This exercise calls for the line with "#277=ADVANCED_FACE('',(#274),#276,.T.);", the line with "#26=CIRCLE('',#18,2.25);", and all lines between them in the material below, output exactly and with no other lines.

Provided information
=== Section Start ===

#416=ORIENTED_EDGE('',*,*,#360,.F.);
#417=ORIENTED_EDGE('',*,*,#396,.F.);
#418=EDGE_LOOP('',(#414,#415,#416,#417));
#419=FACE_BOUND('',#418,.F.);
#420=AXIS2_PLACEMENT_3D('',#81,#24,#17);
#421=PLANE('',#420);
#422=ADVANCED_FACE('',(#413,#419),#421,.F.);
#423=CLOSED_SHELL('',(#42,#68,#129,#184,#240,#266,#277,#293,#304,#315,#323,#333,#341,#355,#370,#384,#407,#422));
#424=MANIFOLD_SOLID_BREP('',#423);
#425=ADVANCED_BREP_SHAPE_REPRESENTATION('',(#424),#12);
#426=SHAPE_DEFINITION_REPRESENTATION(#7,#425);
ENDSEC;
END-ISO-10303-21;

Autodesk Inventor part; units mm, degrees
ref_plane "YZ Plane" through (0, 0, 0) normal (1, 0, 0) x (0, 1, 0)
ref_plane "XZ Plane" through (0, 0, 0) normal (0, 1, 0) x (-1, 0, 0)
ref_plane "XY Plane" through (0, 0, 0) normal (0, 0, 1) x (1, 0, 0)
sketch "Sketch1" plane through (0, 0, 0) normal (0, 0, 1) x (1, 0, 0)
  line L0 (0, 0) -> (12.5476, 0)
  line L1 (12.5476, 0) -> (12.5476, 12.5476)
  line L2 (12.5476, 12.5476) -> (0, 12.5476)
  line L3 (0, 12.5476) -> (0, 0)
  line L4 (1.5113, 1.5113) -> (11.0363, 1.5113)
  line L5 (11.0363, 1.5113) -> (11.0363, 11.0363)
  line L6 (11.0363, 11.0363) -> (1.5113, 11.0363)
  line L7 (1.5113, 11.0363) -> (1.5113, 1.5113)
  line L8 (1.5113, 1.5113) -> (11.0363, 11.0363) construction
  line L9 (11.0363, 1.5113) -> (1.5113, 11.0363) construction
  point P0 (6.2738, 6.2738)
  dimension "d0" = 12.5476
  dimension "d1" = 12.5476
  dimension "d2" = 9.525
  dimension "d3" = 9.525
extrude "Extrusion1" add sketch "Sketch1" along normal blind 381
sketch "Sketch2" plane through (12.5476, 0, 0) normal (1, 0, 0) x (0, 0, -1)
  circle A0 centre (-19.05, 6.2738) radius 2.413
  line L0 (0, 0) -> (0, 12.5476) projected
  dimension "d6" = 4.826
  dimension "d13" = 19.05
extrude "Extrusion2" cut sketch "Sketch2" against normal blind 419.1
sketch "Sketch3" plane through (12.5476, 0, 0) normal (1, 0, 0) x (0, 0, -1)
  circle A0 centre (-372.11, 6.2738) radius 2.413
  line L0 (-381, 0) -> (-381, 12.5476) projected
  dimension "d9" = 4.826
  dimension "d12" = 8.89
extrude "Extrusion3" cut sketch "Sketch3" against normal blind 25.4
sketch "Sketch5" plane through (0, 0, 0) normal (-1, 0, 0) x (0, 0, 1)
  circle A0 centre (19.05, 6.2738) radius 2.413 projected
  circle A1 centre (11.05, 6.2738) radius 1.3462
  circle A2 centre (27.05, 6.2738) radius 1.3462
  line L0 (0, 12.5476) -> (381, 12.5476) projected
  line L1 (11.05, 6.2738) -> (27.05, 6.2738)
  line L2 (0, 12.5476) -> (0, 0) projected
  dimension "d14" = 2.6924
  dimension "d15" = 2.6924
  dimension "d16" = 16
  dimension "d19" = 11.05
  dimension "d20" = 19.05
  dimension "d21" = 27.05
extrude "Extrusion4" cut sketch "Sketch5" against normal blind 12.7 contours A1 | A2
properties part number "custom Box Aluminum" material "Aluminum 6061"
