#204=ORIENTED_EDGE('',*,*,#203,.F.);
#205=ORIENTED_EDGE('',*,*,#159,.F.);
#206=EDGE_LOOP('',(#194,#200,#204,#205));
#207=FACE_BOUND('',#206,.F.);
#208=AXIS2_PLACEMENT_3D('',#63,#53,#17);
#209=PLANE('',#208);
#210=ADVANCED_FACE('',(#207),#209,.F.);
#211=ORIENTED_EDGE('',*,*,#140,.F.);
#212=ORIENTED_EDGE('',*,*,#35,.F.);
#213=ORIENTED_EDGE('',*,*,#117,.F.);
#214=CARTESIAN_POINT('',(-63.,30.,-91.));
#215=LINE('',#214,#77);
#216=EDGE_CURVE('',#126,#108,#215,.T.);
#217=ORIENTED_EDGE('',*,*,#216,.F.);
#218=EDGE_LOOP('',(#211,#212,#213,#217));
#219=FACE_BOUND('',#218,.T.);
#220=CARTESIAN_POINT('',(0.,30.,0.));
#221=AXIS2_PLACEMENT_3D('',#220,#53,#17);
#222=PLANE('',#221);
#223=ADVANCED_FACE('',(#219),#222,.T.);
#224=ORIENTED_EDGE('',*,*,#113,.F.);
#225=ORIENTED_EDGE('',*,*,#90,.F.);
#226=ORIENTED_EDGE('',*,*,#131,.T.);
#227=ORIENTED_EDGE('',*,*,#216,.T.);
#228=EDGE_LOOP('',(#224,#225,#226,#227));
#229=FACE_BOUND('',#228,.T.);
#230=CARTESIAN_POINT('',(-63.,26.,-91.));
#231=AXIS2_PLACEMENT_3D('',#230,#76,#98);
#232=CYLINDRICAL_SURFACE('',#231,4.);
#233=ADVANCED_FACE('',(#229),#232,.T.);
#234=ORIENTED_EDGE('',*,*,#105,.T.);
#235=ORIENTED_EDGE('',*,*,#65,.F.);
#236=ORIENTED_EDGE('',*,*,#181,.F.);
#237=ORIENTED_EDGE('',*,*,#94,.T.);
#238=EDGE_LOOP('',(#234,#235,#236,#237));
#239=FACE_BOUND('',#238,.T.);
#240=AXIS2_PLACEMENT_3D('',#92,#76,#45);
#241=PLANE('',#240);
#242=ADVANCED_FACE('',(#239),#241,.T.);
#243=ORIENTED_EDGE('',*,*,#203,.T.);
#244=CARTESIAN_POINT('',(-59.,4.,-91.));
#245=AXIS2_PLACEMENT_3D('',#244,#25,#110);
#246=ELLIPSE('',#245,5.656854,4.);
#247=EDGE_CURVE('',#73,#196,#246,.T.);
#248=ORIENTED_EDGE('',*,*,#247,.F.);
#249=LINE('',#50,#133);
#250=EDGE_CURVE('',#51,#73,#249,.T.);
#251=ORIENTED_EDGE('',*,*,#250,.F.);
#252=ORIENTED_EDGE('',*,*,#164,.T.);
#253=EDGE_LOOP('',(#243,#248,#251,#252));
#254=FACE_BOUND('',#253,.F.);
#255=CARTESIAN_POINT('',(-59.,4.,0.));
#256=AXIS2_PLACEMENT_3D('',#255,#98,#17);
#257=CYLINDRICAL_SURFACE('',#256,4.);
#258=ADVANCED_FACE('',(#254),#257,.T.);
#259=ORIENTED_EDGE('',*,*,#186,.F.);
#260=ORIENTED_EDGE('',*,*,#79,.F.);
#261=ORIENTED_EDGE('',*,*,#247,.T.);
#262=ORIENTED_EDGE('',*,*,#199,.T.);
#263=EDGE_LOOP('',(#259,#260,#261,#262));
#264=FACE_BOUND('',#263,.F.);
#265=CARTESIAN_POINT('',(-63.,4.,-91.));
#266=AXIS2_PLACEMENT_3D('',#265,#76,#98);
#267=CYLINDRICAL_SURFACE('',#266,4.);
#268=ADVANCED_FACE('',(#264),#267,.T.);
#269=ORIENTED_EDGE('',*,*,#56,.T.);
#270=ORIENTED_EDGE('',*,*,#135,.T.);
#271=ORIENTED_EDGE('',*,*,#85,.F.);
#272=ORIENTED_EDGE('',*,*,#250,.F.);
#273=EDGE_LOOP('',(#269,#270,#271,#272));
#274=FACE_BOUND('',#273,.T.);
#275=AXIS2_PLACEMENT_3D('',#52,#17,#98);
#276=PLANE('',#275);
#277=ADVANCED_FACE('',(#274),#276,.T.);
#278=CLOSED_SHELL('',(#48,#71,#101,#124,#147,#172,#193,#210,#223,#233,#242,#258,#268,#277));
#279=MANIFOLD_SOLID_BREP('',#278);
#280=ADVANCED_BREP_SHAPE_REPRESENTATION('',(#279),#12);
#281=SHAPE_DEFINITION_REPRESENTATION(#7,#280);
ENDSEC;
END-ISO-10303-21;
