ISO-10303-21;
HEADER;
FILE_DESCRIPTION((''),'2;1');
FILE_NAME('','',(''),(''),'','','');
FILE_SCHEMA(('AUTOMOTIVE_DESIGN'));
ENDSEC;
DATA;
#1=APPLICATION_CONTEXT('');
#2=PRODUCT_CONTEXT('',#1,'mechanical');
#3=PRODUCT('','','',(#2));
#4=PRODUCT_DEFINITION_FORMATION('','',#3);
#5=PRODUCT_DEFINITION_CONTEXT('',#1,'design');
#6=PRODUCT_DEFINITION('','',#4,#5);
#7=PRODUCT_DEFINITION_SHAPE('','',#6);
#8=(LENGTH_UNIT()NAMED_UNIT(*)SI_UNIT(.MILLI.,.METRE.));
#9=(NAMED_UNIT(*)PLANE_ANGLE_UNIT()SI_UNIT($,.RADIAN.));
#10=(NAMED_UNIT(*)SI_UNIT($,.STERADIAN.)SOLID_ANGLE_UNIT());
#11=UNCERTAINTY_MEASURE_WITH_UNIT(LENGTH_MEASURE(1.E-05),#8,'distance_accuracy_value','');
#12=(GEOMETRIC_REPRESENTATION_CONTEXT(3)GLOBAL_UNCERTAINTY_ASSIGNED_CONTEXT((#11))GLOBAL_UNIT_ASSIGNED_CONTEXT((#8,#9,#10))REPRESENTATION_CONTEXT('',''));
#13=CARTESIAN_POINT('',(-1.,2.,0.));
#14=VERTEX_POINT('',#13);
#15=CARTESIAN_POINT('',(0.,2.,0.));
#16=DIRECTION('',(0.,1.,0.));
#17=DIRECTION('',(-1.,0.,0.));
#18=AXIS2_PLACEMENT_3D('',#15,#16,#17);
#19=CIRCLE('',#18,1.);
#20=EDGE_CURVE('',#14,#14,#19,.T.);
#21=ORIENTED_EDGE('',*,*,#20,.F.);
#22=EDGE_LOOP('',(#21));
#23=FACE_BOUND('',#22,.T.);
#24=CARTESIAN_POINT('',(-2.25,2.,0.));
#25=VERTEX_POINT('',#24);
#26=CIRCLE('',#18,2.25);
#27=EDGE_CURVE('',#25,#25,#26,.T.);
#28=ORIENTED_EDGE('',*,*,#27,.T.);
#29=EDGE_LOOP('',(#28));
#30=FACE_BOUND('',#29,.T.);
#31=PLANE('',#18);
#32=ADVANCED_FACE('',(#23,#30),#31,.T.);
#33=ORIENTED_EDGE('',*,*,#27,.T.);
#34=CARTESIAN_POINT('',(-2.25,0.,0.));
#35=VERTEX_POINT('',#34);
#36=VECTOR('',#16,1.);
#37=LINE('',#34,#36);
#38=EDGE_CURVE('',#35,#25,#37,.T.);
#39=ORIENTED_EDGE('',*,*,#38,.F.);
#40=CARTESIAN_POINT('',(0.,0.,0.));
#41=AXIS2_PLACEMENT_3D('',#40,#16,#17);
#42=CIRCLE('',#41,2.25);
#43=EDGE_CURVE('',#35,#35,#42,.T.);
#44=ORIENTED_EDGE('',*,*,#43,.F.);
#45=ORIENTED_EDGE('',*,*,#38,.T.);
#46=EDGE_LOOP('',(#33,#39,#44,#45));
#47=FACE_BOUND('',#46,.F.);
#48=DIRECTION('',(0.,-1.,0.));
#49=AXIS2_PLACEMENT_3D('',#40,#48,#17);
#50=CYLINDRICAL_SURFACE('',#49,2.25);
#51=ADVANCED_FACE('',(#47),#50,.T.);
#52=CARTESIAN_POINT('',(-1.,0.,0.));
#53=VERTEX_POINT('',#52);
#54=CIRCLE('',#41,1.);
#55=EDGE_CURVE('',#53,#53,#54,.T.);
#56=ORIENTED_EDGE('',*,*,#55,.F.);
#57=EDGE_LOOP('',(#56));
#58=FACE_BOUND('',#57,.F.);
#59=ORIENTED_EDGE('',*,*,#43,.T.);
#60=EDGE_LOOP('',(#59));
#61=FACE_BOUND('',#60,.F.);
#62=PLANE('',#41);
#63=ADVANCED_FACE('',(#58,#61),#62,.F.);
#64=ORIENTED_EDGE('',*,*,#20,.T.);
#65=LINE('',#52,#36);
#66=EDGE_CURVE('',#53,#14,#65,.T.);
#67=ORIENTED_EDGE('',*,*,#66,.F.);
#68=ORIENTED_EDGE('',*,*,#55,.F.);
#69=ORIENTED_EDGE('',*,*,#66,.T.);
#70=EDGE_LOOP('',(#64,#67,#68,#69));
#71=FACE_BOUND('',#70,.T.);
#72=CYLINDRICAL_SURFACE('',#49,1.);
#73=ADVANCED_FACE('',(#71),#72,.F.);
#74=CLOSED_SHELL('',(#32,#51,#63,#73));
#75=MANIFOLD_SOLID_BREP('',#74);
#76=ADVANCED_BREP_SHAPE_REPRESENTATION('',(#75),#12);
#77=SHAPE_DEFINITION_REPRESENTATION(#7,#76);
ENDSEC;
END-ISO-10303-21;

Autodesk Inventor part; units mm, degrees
ref_plane "YZ Plane" through (0, 0, 0) normal (1, 0, 0) x (0, 1, 0)
ref_plane "XZ Plane" through (0, 0, 0) normal (0, 1, 0) x (-1, 0, 0)
ref_plane "XY Plane" through (0, 0, 0) normal (0, 0, 1) x (1, 0, 0)
sketch "Sketch1" plane through (0, 0, 0) normal (0, 1, 0) x (-1, 0, 0)
  circle A0 centre (0, 0) radius 2.25
  circle A1 centre (0, 0) radius 1
  dimension "d0" = 4.5
  dimension "d1" = 2
extrude "Extrusion1" add sketch "Sketch1" along normal blind 2
equation "\"BendRadius\" = Thickness"
equation "\"BendReliefWidth\" = Thickness"
equation "\"BendReliefDepth\" = 0.5 * Thickness"
equation "\"CornerReliefSize\" = 4 * Thickness"
equation "\"MinimumRemnant\" = 2 * Thickness"
equation "\"TransitionRadius\" = BendRadius"
equation "\"JacobiRadiusSize\" = BendRadius"
equation "\"GapSize\" = Thickness"
equation "\"Thickness\" = 0.5"
properties part number "Paqrt1"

=== Section End ===

Response to this task
#277=ADVANCED_FACE('',(#274),#276,.T.);
#278=CLOSED_SHELL('',(#48,#71,#101,#124,#147,#172,#193,#210,#223,#233,#242,#258,#268,#277));
#279=MANIFOLD_SOLID_BREP('',#278);
#280=ADVANCED_BREP_SHAPE_REPRESENTATION('',(#279),#12);
#281=SHAPE_DEFINITION_REPRESENTATION(#7,#280);
ENDSEC;
END-ISO-10303-21;
ISO-10303-21;
HEADER;
FILE_DESCRIPTION((''),'2;1');
FILE_NAME('','',(''),(''),'','','');
FILE_SCHEMA(('AUTOMOTIVE_DESIGN'));
ENDSEC;
DATA;
#1=APPLICATION_CONTEXT('');
#2=PRODUCT_CONTEXT('',#1,'mechanical');
#3=PRODUCT('','','',(#2));
#4=PRODUCT_DEFINITION_FORMATION('','',#3);
#5=PRODUCT_DEFINITION_CONTEXT('',#1,'design');
#6=PRODUCT_DEFINITION('','',#4,#5);
#7=PRODUCT_DEFINITION_SHAPE('','',#6);
#8=(LENGTH_UNIT()NAMED_UNIT(*)SI_UNIT(.MILLI.,.METRE.));
#9=(NAMED_UNIT(*)PLANE_ANGLE_UNIT()SI_UNIT($,.RADIAN.));
#10=(NAMED_UNIT(*)SI_UNIT($,.STERADIAN.)SOLID_ANGLE_UNIT());
#11=UNCERTAINTY_MEASURE_WITH_UNIT(LENGTH_MEASURE(1.E-05),#8,'distance_accuracy_value','');
#12=(GEOMETRIC_REPRESENTATION_CONTEXT(3)GLOBAL_UNCERTAINTY_ASSIGNED_CONTEXT((#11))GLOBAL_UNIT_ASSIGNED_CONTEXT((#8,#9,#10))REPRESENTATION_CONTEXT('',''));
#13=CARTESIAN_POINT('',(-1.,2.,0.));
#14=VERTEX_POINT('',#13);
#15=CARTESIAN_POINT('',(0.,2.,0.));
#16=DIRECTION('',(0.,1.,0.));
#17=DIRECTION('',(-1.,0.,0.));
#18=AXIS2_PLACEMENT_3D('',#15,#16,#17);
#19=CIRCLE('',#18,1.);
#20=EDGE_CURVE('',#14,#14,#19,.T.);
#21=ORIENTED_EDGE('',*,*,#20,.F.);
#22=EDGE_LOOP('',(#21));
#23=FACE_BOUND('',#22,.T.);
#24=CARTESIAN_POINT('',(-2.25,2.,0.));
#25=VERTEX_POINT('',#24);
#26=CIRCLE('',#18,2.25);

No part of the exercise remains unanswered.